[reload all]
[simple read]

J 479
{Sutta: J iv 236|J 479|J 479} {Vaṇṇanā: atta. J 479|atta. J 479}
Kalingabodhi-Jataka (Kāliṅgabodhijātakaṃ)
translated form Pali into English by
W.H.D. Rouse
edited by
E. B. Cowell
Alternate format: [PDF icon]

Editor's note: Dear Visitors and Dhamma Friends,

Thanks the generosity of the Pali Text Society, we are glad to be able to provide the Jataka-Collection here as a gift of Dhamma (Info). Still there are works to do like cross-links, adding the numbers of verses... If you like to get involved to make more out of this gift, please feel invited and visit us on our working place or send us an email.



"King Kāliṅga;" etc.

This story the Master told while dwelling at Jetavana about worship of the bo-tree performed by Elder Ānanda.
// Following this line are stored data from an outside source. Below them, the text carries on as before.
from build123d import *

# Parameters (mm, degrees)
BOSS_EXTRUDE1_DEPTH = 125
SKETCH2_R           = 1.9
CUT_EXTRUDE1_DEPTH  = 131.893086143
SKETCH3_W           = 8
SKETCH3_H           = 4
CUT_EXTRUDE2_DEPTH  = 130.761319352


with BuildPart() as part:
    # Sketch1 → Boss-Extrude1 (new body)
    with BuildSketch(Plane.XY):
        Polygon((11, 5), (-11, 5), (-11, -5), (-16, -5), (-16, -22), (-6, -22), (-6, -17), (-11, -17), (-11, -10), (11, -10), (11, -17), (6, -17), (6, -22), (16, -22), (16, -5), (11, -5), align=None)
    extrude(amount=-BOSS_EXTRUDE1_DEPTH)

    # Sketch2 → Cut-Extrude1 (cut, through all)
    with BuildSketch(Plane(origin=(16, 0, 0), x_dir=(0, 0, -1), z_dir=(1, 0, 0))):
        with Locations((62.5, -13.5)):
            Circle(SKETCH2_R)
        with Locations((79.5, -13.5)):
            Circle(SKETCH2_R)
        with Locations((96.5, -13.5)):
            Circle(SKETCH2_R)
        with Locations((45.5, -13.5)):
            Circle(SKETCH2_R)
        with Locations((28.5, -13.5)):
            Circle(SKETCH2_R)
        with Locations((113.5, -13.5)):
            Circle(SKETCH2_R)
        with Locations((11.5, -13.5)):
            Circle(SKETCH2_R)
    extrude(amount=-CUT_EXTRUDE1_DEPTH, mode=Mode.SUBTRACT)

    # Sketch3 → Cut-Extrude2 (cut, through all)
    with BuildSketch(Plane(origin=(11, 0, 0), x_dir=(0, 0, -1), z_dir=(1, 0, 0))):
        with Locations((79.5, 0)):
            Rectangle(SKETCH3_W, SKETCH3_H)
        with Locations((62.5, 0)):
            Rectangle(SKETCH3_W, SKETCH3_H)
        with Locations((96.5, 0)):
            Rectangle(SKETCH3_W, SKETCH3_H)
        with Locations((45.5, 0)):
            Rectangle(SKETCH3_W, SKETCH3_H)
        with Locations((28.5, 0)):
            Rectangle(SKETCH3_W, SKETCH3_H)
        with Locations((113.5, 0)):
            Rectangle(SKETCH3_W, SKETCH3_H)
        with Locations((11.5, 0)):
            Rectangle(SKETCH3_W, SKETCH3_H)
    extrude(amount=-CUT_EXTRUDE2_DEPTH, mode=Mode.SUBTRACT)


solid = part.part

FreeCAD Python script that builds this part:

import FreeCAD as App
import Part
import Sketcher
Q = App.Units.Quantity

doc = App.newDocument("Part")
body = doc.addObject("PartDesign::Body", "Body")

# Sketch on XY plane
sketch1 = body.newObject("Sketcher::SketchObject", "Sketch")
sketch1.AttachmentSupport = (doc.getObject("XY_Plane"), [""])
sketch1.MapMode = "FlatFace"
sketch1.addGeometry([
    Part.LineSegment(App.Vector(11, 5, 0), App.Vector(-11, 5, 0)),  # 0
    Part.LineSegment(App.Vector(-11, 5, 0), App.Vector(-11, -5, 0)),  # 1
    Part.LineSegment(App.Vector(-11, -5, 0), App.Vector(-16, -5, 0)),  # 2
    Part.LineSegment(App.Vector(-16, -5, 0), App.Vector(-16, -22, 0)),  # 3
    Part.LineSegment(App.Vector(-16, -22, 0), App.Vector(-6, -22, 0)),  # 4
    Part.LineSegment(App.Vector(-6, -22, 0), App.Vector(-6, -17, 0)),  # 5
    Part.LineSegment(App.Vector(-6, -17, 0), App.Vector(-11, -17, 0)),  # 6
    Part.LineSegment(App.Vector(-11, -17, 0), App.Vector(-11, -10, 0)),  # 7
    Part.LineSegment(App.Vector(-11, -10, 0), App.Vector(11, -10, 0)),  # 8
    Part.LineSegment(App.Vector(11, -10, 0), App.Vector(11, -17, 0)),  # 9
    Part.LineSegment(App.Vector(11, -17, 0), App.Vector(6, -17, 0)),  # 10
    Part.LineSegment(App.Vector(6, -17, 0), App.Vector(6, -22, 0)),  # 11
    Part.LineSegment(App.Vector(6, -22, 0), App.Vector(16, -22, 0)),  # 12
    Part.LineSegment(App.Vector(16, -22, 0), App.Vector(16, -5, 0)),  # 13
    Part.LineSegment(App.Vector(16, -5, 0), App.Vector(11, -5, 0)),  # 14
    Part.LineSegment(App.Vector(11, -5, 0), App.Vector(11, 5, 0)),  # 15
], False)
sketch1.addConstraint([
    Sketcher.Constraint("Coincident", 0, 2, 1, 1),
    Sketcher.Constraint("Coincident", 1, 2, 2, 1),
    Sketcher.Constraint("Coincident", 2, 2, 3, 1),
    Sketcher.Constraint("Coincident", 3, 2, 4, 1),
    Sketcher.Constraint("Coincident", 4, 2, 5, 1),
    Sketcher.Constraint("Coincident", 5, 2, 6, 1),
    Sketcher.Constraint("Coincident", 6, 2, 7, 1),
    Sketcher.Constraint("Coincident", 7, 2, 8, 1),
    Sketcher.Constraint("Coincident", 8, 2, 9, 1),
    Sketcher.Constraint("Coincident", 9, 2, 10, 1),
    Sketcher.Constraint("Coincident", 10, 2, 11, 1),
    Sketcher.Constraint("Coincident", 11, 2, 12, 1),
    Sketcher.Constraint("Coincident", 12, 2, 13, 1),
    Sketcher.Constraint("Coincident", 13, 2, 14, 1),
    Sketcher.Constraint("Coincident", 14, 2, 15, 1),
    Sketcher.Constraint("Coincident", 15, 2, 0, 1),
    Sketcher.Constraint("Horizontal", 0),
    Sketcher.Constraint("Vertical", 1),
    Sketcher.Constraint("Horizontal", 2),
    Sketcher.Constraint("Vertical", 3),
    Sketcher.Constraint("Horizontal", 4),
    Sketcher.Constraint("Vertical", 5),
    Sketcher.Constraint("Horizontal", 6),
    Sketcher.Constraint("Vertical", 7),
    Sketcher.Constraint("Horizontal", 8),
    Sketcher.Constraint("Vertical", 9),
    Sketcher.Constraint("Horizontal", 10),
    Sketcher.Constraint("Vertical", 11),
    Sketcher.Constraint("Horizontal", 12),
    Sketcher.Constraint("Vertical", 13),
    Sketcher.Constraint("Horizontal", 14),
    Sketcher.Constraint("Vertical", 15),
    Sketcher.Constraint("Symmetric", 0, 2, 14, 2, -1, 1),
    Sketcher.Constraint("Symmetric", 6, 2, 9, 2, -2),
    Sketcher.Constraint("Symmetric", 4, 2, 11, 2, -2),
    Sketcher.Constraint("Symmetric", 2, 2, 13, 2, -2),
    Sketcher.Constraint("Vertical", 1, 2, 6, 2),
    Sketcher.Constraint("Equal", 2, 6),
    Sketcher.Constraint("Equal", 12, 1),
    Sketcher.Constraint("Equal", 14, 5),
    Sketcher.Constraint("DistanceX", 0, 2, 0, 1, Q("22 mm")),
    Sketcher.Constraint("DistanceX", 2, 2, 2, 1, Q("5 mm")),
    Sketcher.Constraint("DistanceY", 3, 2, 3, 1, Q("17 mm")),
    Sketcher.Constraint("DistanceY", 7, 1, 7, 2, Q("7 mm")),
])
pad1 = body.newObject("PartDesign::Pad", "Pad")
pad1.Profile = sketch1
pad1.Length = 125
pad1.Reversed = True

# Sketch on YZ plane
sketch2 = body.newObject("Sketcher::SketchObject", "Sketch001")
sketch2.AttachmentSupport = (doc.getObject("YZ_Plane"), [""])
sketch2.MapMode = "FlatFace"
sketch2.AttachmentOffset = App.Placement(App.Vector(0, 0, 16), App.Rotation())
sketch2.addGeometry([
    Part.Circle(App.Vector(-13.5, -62.5, 0), App.Vector(0, 0, 1), 1.9),  # 0
    Part.Circle(App.Vector(-13.5, -79.5, 0), App.Vector(0, 0, 1), 1.9),  # 1
    Part.Circle(App.Vector(-13.5, -96.5, 0), App.Vector(0, 0, 1), 1.9),  # 2
    Part.Circle(App.Vector(-13.5, -45.5, 0), App.Vector(0, 0, 1), 1.9),  # 3
    Part.Circle(App.Vector(-13.5, -28.5, 0), App.Vector(0, 0, 1), 1.9),  # 4
    Part.Circle(App.Vector(-13.5, -113.5, 0), App.Vector(0, 0, 1), 1.9),  # 5
    Part.Circle(App.Vector(-13.5, -11.5, 0), App.Vector(0, 0, 1), 1.9),  # 6
], False)
sketch2.addConstraint([
    Sketcher.Constraint("Equal", 0, 1),
    Sketcher.Constraint("Equal", 1, 2),
    Sketcher.Constraint("Equal", 2, 3),
    Sketcher.Constraint("Equal", 3, 4),
    Sketcher.Constraint("Equal", 4, 5),
    Sketcher.Constraint("Equal", 5, 6),
    Sketcher.Constraint("Vertical", 0, 3, 1, 3),
    Sketcher.Constraint("Vertical", 1, 3, 2, 3),
    Sketcher.Constraint("Vertical", 2, 3, 3, 3),
    Sketcher.Constraint("Vertical", 3, 3, 4, 3),
    Sketcher.Constraint("Vertical", 4, 3, 5, 3),
    Sketcher.Constraint("Vertical", 5, 3, 6, 3),
    Sketcher.Constraint("Diameter", 0, Q("3.8 mm")),
    Sketcher.Constraint("DistanceY", 1, 3, 0, 3, Q("17 mm")),
    Sketcher.Constraint("DistanceY", 2, 3, 1, 3, Q("17 mm")),
    Sketcher.Constraint("DistanceY", 0, 3, 3, 3, Q("17 mm")),
    Sketcher.Constraint("DistanceY", 3, 3, 4, 3, Q("17 mm")),
    Sketcher.Constraint("DistanceY", 5, 3, 2, 3, Q("17 mm")),
    Sketcher.Constraint("DistanceY", 4, 3, 6, 3, Q("17 mm")),
    Sketcher.Constraint("DistanceX", 0, 3, -1, 1, Q("13.5 mm")),
    Sketcher.Constraint("DistanceY", 0, 3, -1, 1, Q("62.5 mm")),
])
pocket1 = body.newObject("PartDesign::Pocket", "Pocket")
pocket1.Profile = sketch2
pocket1.Type = "ThroughAll"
When the Tathāgata had set forth on pilgrimage, for the purpose of gathering in those who were ripe for conversion, the citizens of Sāvatthi proceeded to Jetavana, their hands full of garlands and fragrant wreaths, and finding no other place to show their reverence, laid them by the gateway of the perfumed chamber and went off. This caused great rejoicings. But Anāthapiṇḍika got to hear of it; and on the return of the Tathāgata visited Elder Ānanda and said to him, —"This monastery, Sir, is left unprovided while the Tathāgata goes on pilgrimage, and there is no place for the people to do reverence by offering fragrant wreaths and garlands. Will you be so kind, Sir, as to tell the Tathāgata of this matter, and learn from him whether or no it is possible to find a place for this purpose." The other, nothing loth, did so, asking, "How many shrines are there?" —"Three, Ānanda." —"Which are they?" —"Shrines for a relic of the body, a relic of use or wear, a relic of memorial [202]" —"Can a shrine be made, Sir, during your life?" —"No, Ānanda, not a body-shrine; that kind is made when a Buddha enters Nirvāna. A shrine of memorial is improper because the connection depends on the imagination only. But the great bo-tree used by the Buddhas is fit for a shrine, be they alive or be they dead." —"Sir, while you are away on pilgrimage the great monastery of Jetavana °° is unprotected, and the people have no place where they can show their reverence. Shall I plant a seed of the great bo-tree before the gateway of Jetavana?" —"By all means so do, Ānanda, and that shall be as it were an abiding place for me."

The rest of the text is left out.